Search code examples
rr-markdownrnotebook

Externalise config file and functions in R markdown


I am having problems understanding the (practical) difference between the different ways to externalise code in R notebooks. Having referred to previous questions or to the documentation, it is still unclear the difference in sourcing external .R files or read_chunk() them. For practical purposes let us consider the below:

  1. I want to load libraries with an external config.R file: the most intuitive way, according to me, seems to create config.R as

    library(first_package)
    library(second_package)
    ...
    

    and, in the general R notebook (say, main.Rmd) call it like

    ```{r}
    source('config.R')
    ```
    
    ```{r}
    # use the libraries included above
    ```
    

    However, this does not recognise the packages included, so it seems that sourcing an external config file is useless. Likewise using read_chunk() instead. Therefore the question is: How to include libraries at the top, so that they are recognised in the main markdown script?

  2. Say I want to define global functions externally, and then include them in the main notebook: along the same lines as above one would include them in an external foo.R file and include them in the main one.

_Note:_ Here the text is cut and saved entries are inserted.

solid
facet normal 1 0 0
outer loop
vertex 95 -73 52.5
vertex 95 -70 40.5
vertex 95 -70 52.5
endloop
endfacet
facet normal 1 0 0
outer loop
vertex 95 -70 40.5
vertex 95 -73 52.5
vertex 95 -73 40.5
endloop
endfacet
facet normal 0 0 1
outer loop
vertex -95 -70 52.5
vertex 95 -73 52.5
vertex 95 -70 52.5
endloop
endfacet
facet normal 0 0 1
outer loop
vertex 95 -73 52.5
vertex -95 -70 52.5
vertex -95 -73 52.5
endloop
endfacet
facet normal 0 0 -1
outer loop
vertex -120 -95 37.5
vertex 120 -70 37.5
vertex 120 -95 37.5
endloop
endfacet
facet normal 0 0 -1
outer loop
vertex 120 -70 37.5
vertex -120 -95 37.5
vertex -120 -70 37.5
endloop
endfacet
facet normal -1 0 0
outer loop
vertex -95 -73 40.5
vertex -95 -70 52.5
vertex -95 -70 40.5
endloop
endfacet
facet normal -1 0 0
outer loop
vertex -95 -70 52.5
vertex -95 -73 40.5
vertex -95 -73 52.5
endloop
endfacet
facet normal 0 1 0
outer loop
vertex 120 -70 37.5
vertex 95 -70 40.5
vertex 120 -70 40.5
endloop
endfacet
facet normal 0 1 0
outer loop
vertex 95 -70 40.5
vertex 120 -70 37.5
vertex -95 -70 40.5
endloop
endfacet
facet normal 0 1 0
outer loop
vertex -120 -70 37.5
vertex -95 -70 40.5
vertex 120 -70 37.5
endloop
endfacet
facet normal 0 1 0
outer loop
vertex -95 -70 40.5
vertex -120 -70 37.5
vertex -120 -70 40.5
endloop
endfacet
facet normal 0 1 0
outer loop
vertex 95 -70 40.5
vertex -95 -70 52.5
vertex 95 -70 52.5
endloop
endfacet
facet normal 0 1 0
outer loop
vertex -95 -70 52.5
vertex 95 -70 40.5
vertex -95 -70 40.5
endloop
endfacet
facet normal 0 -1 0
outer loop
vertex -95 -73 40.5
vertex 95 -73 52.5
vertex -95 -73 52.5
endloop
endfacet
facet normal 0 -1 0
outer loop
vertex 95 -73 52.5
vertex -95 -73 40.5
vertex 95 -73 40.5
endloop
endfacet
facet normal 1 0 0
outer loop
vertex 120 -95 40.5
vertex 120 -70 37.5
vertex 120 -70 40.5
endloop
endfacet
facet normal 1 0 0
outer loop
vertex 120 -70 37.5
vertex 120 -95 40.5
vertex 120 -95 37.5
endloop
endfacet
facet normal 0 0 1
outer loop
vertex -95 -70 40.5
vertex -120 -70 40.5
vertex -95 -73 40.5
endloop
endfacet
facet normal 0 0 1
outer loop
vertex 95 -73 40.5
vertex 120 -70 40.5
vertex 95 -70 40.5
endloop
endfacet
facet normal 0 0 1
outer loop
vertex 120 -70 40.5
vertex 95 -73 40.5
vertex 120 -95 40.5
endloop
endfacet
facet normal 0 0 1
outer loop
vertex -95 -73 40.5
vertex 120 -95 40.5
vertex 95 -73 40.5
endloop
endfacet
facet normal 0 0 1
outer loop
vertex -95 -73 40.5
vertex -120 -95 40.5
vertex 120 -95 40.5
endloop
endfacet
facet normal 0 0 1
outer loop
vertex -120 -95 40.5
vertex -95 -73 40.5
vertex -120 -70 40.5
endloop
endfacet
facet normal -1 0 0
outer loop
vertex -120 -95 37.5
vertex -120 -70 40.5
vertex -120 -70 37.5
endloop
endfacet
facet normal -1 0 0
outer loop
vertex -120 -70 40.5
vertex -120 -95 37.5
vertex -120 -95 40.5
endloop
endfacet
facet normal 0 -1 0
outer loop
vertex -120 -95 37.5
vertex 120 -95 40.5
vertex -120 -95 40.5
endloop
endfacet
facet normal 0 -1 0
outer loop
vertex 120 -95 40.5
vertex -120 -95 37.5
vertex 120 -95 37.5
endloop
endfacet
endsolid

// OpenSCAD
// 8" = 203.2mm

WALL_THICKNESS = 3;
LIP = 25;   // ~1"
HEIGHT = 75; // ~3"

ID = 205;
OD = ID + WALL_THICKNESS*2;
LIP_OD = OD + LIP*2;

$fn=50;

/*
// front 
resize([0,0,0]){
    difference(){
        union(){
            // main body
            cylinder(r=OD/2,h=HEIGHT);

            // lip
            cylinder(r=LIP_OD/2,h=WALL_THICKNESS);
        }
        
        // hole
        translate([0,0,-1]){
            cylinder(r=ID/2, h=HEIGHT+2);
        }
        
        // delete half
        translate([-LIP_OD/2,-LIP_OD/2,-1]){
            cube([LIP_OD,LIP_OD/2,HEIGHT+2]);
        }
    }
}

// sides
translate([-(ID/2)-WALL_THICKNESS,-70,HEIGHT/2]){
    difference(){
        rotate([-30,0,0]){
            cube([WALL_THICKNESS,75,HEIGHT]);
            translate([-LIP,0,0]){                
                cube([LIP,75,WALL_THICKNESS]);
            }
        }
        translate([-1,67,-HEIGHT/2]){
            cube([WALL_THICKNESS*2,75,HEIGHT*2]);
        }
        translate([-1,0,HEIGHT/2]){
            cube([WALL_THICKNESS*2,75,HEIGHT]);
        }
    }
}

translate([ID/2,-70,HEIGHT/2]){
    difference(){
        rotate([-30,0,0]){
            cube([WALL_THICKNESS,75,HEIGHT]);
            translate([WALL_THICKNESS,0,0]){                
                cube([LIP,75,WALL_THICKNESS]);
            }
        }
        translate([-1,67,-HEIGHT/2]){
            cube([WALL_THICKNESS*2,75,HEIGHT*2]);
        }
        translate([-1,0,HEIGHT/2]){
            cube([WALL_THICKNESS*2,75,HEIGHT]);
        }
    }
}
*/

// back
translate([-190/2,-70-WALL_THICKNESS,HEIGHT/2]){
    cube([190,WALL_THICKNESS,15]);
    translate([-LIP,-LIP+WALL_THICKNESS,0]){
        cube([190+(LIP*2),LIP,WALL_THICKNESS]);
    }
    
    /*
    translate([0,0,0]){
        rotate([0,0,8]){
            cube([WALL_THICKNESS,75,HEIGHT/2]);
            translate([-LIP,0,0]){
                cube([LIP,75,WALL_THICKNESS]);
            }
        }
    }

    translate([190,0,HEIGHT/2]){
        rotate([0,180,-8]){
            cube([WALL_THICKNESS,75,HEIGHT/2]);
            translate([-LIP,0,(HEIGHT/2)-WALL_THICKNESS]){
                cube([LIP,75,WALL_THICKNESS]);
            }
        }
    }
    */
}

Again, it seems that read_chunk() does not do the job, whereas source('foo.R') does, in this case; the documentation states that the former "only evaluates code, but does not execute it": when is it ever the case that one wants to only evaluate the code but not execute it? Differently posed: why would one ever use read_chunk() rather than source, for practical purposes?


Solution

    1. This does not recognise the packages included

      In your example, first_package and second_package are both available in the working environment for the second code chunk.

      Try putting library(nycflights13) in the R file and head(airlines) in the second chunk of the Rmd file. Calling knit("main.Rmd") would fail if the nycflights13 package wasn't successfully loaded with source.

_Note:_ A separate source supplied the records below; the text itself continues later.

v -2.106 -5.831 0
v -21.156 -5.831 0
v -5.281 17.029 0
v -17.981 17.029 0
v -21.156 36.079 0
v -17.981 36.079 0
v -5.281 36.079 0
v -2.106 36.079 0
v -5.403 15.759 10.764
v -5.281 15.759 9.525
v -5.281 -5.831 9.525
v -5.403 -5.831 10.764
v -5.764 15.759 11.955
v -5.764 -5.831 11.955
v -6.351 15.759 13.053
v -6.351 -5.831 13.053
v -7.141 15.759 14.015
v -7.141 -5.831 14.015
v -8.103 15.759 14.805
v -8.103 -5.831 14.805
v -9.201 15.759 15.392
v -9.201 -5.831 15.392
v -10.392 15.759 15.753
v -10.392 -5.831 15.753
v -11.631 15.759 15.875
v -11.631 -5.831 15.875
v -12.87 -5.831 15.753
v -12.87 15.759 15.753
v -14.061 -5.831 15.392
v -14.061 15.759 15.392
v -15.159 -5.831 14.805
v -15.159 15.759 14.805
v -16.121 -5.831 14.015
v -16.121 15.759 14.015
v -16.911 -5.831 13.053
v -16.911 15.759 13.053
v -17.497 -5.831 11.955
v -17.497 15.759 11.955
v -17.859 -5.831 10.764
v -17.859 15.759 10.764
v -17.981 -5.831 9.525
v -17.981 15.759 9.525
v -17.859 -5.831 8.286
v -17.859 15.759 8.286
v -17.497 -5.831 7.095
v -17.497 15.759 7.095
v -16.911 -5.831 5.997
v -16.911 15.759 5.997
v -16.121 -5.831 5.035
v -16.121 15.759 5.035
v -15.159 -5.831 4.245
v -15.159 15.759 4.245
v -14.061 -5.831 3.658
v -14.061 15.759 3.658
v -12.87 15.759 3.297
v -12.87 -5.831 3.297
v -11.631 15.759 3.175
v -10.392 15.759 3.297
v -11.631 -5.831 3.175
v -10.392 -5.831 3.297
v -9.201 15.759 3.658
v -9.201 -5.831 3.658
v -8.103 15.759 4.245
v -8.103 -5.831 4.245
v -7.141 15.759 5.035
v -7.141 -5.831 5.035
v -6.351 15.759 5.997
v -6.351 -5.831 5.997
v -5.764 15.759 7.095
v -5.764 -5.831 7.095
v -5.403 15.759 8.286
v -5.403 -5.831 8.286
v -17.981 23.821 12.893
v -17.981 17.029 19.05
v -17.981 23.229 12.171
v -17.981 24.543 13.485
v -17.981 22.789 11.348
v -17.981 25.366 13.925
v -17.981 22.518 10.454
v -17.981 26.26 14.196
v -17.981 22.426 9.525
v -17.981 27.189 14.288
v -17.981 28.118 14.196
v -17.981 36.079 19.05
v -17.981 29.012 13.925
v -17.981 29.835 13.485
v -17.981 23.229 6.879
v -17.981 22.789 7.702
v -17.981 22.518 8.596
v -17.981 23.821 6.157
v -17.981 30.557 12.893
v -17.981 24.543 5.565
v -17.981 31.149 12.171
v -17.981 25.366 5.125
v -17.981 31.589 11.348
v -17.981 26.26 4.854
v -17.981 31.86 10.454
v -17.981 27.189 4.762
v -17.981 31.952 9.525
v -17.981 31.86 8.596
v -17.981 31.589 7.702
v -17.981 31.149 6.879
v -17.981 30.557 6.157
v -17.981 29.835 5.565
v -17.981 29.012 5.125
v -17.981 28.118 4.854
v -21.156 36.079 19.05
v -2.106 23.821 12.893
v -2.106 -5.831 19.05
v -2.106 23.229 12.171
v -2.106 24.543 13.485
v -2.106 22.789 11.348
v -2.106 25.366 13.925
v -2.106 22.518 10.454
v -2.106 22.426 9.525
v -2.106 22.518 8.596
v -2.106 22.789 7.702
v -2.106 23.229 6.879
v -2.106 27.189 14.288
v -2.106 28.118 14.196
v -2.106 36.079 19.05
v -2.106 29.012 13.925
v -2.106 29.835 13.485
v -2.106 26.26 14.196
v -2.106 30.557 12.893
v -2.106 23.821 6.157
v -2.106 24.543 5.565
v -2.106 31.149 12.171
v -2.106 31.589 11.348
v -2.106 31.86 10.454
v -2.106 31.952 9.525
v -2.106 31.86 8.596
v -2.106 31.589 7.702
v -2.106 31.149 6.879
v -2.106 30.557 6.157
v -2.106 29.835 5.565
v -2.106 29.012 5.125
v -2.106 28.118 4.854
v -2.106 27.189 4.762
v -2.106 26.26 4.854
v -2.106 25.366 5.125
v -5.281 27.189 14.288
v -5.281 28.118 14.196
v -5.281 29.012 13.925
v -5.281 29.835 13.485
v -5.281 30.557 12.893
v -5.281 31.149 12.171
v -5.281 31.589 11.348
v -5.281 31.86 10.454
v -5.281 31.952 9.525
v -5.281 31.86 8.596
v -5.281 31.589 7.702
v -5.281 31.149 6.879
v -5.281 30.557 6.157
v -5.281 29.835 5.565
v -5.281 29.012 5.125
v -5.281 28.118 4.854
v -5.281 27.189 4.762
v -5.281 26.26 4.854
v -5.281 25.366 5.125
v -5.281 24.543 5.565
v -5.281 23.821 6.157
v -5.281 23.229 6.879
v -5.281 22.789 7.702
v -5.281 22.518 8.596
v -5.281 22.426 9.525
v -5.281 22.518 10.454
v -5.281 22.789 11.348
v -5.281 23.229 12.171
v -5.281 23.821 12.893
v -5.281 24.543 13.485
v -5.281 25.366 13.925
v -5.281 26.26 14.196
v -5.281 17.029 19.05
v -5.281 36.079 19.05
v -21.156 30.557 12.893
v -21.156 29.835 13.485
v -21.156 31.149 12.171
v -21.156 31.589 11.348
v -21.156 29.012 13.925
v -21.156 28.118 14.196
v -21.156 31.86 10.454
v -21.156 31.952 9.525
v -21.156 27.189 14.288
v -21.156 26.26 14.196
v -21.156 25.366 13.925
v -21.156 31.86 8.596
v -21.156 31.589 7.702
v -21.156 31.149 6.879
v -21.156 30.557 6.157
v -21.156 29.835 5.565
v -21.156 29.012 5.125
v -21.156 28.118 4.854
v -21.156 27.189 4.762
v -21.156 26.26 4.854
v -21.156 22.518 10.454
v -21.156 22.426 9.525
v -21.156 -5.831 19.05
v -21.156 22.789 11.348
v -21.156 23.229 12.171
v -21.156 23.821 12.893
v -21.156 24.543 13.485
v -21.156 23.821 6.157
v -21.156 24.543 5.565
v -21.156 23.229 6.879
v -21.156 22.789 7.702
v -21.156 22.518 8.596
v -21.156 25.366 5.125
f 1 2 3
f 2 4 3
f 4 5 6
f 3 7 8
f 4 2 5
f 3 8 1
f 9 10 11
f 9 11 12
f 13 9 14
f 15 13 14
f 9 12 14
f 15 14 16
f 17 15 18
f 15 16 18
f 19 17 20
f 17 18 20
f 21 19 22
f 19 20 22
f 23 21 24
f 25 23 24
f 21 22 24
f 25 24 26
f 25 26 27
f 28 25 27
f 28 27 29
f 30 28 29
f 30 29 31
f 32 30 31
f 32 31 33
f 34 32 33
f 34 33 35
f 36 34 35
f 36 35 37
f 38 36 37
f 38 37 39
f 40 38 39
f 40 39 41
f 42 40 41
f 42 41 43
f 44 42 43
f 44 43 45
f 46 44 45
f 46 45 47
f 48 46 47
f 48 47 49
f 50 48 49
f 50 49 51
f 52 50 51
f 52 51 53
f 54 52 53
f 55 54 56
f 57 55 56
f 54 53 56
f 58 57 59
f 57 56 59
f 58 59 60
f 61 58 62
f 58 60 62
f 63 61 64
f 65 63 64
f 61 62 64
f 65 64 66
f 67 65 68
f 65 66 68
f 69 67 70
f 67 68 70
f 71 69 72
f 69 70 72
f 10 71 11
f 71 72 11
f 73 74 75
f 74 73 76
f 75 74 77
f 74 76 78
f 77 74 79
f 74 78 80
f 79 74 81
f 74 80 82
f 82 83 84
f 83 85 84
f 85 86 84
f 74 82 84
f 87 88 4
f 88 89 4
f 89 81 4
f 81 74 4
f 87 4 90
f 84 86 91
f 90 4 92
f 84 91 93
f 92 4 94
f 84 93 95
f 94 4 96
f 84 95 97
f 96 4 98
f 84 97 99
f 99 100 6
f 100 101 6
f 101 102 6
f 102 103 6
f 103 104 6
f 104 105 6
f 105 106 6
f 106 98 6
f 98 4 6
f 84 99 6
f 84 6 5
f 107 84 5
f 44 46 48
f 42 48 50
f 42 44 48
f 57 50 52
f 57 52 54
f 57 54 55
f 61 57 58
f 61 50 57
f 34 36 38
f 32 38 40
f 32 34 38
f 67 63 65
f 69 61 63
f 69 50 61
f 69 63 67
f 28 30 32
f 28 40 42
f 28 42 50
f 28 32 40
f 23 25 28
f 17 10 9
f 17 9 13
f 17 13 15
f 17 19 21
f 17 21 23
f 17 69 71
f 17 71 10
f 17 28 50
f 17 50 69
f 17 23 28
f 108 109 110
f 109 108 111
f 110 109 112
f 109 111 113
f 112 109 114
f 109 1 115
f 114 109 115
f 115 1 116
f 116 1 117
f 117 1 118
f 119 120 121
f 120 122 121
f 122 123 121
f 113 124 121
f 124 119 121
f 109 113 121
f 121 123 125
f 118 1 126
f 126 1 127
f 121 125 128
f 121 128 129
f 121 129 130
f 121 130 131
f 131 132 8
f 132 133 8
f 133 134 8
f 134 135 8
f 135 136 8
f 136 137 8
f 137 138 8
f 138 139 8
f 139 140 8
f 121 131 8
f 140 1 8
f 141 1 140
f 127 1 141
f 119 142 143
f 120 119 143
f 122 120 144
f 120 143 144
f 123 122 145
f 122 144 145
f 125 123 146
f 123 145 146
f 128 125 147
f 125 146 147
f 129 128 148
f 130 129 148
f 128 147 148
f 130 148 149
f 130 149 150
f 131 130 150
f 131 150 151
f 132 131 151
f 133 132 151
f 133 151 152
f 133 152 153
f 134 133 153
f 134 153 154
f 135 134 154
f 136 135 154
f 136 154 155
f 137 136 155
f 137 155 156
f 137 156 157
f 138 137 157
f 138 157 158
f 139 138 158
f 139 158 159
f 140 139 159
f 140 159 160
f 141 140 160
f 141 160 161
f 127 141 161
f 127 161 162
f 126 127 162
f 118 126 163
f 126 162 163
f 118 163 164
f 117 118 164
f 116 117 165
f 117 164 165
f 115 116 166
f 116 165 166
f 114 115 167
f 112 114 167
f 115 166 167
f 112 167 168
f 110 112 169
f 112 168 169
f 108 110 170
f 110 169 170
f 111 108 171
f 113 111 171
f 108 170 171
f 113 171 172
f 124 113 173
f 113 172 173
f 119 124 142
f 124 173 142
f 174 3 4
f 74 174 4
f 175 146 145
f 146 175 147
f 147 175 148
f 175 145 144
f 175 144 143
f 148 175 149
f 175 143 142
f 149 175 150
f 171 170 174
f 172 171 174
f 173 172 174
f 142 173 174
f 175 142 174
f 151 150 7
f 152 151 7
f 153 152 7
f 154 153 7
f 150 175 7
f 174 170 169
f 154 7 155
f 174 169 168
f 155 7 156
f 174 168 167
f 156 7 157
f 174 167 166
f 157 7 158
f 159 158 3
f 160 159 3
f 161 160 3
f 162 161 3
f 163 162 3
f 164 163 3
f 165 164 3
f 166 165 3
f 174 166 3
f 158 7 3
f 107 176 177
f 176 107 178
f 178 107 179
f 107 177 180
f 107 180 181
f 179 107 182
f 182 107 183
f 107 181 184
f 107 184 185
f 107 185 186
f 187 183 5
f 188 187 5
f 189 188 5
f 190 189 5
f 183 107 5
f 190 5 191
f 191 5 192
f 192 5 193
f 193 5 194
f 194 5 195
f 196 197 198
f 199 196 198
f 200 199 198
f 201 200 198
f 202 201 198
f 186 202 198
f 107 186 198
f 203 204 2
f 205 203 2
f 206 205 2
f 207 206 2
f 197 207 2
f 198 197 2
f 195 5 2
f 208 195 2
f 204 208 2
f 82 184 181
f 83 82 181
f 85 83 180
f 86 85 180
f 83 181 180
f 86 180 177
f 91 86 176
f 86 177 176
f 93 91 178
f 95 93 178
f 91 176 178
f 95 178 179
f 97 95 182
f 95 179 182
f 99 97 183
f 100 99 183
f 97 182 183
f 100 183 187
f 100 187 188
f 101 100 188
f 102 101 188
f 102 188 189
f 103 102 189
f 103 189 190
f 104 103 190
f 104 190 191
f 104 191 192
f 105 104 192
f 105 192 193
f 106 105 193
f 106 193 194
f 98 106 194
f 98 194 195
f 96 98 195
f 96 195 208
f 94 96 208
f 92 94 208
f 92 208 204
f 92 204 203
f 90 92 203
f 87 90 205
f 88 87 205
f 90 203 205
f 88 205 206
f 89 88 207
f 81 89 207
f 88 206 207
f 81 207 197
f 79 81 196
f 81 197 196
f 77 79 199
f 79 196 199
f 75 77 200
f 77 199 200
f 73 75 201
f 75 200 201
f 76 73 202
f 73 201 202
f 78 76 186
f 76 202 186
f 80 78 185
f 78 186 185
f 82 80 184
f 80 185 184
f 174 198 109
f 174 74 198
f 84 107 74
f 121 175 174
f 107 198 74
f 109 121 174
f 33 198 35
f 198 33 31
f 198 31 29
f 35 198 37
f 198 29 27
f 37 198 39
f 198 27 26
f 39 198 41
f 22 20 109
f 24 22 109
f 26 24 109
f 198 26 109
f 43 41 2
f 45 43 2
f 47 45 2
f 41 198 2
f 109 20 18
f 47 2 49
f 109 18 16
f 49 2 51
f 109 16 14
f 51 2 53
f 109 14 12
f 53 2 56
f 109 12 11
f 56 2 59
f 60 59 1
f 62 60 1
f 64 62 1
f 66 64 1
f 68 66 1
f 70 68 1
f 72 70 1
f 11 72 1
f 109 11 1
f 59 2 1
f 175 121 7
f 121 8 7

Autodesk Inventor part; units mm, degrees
ref_plane "YZ Plane" through (0, 0, 0) normal (1, 0, 0) x (0, 1, 0)
ref_plane "XZ Plane" through (0, 0, 0) normal (0, 1, 0) x (-1, 0, 0)
ref_plane "XY Plane" through (0, 0, 0) normal (0, 0, 1) x (1, 0, 0)
sketch "Sketch1" plane through (0, 0, 0) normal (0, 0, 1) x (1, 0, 0)
  line L0 (-21.1557, 36.079) -> (-21.1557, -5.831)
  line L1 (-21.1557, -5.831) -> (-2.1057, -5.831)
  line L2 (-2.1057, -5.831) -> (-2.1057, 36.079)
  line L3 (-2.1057, 36.079) -> (-5.2807, 36.079)
  line L4 (-5.2807, 36.079) -> (-5.2807, 17.029)
  line L5 (-5.2807, 17.029) -> (-17.9807, 17.029)
  line L6 (-17.9807, 17.029) -> (-17.9807, 36.079)
  line L7 (-17.9807, 36.079) -> (-21.1557, 36.079)
  point P0 (0, 0)
  dimension "d0" = 19.05
  dimension "d1" = 12.7
  dimension "d2" = 3.175
  dimension "d3" = 3.175
  dimension "d4" = 41.91
  dimension "d5" = 19.05
  dimension "d6" = 0
extrude "Extrusion1" add sketch "Sketch1" along normal blind 19.05
sketch "Sketch2" plane through (-21.1557, -5.831, 0) normal (0, -1, 0) x (1, 0, 0)
  circle A0 centre (9.525, 9.525) radius 6.35
  point P0 (21.1557, 0)
  dimension "d9" = 12.7
extrude "Extrusion2" cut sketch "Sketch2" against normal blind 21.59
sketch "Sketch3" plane through (-21.1557, -5.831, 0) normal (-1, 0, 0) x (0, 0, 1)
  line L0 (0, 41.91) -> (19.05, 41.91) projected
  circle A0 centre (9.525, 33.02) radius 4.7625
  point P0 (0, 5.831)
  dimension "d12" = 9.525
  dimension "d13" = 8.89
extrude "Extrusion3" cut sketch "Sketch3" against normal through all
thread "Thread1" size "1/2-13 UNC" class "2B" standard "ANSI Unified Screw Threads" full length
properties part number "1in Actuator Clovis 1764"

    2. read_chunk does in fact accomplish this (along with source) however they go about it differently. With source you will have the global functions available directly after the source (as you have found). With read_chunk however, as you pointed out since it only evaluates code, but does not execute it you need to explicitly execute the chunk and then the function will be available. (See my example with third_config_chunk below. Including the empty chunk of third_config_chunk in the report allows the global some_function to be called in subsequent chunks.)

    Regarding "only evaluates code, but does not execute it", this is an entire property of R programming known as lazy evaluation. The idea being that you may want to create a number of functions or template code which is read into your R environment but is not executed on-the-spot, allowing you to modify the environment/parameters prior to evaluation. This also allows you to execute the same code chunks multiple times whereas source will only run once with what is already provided.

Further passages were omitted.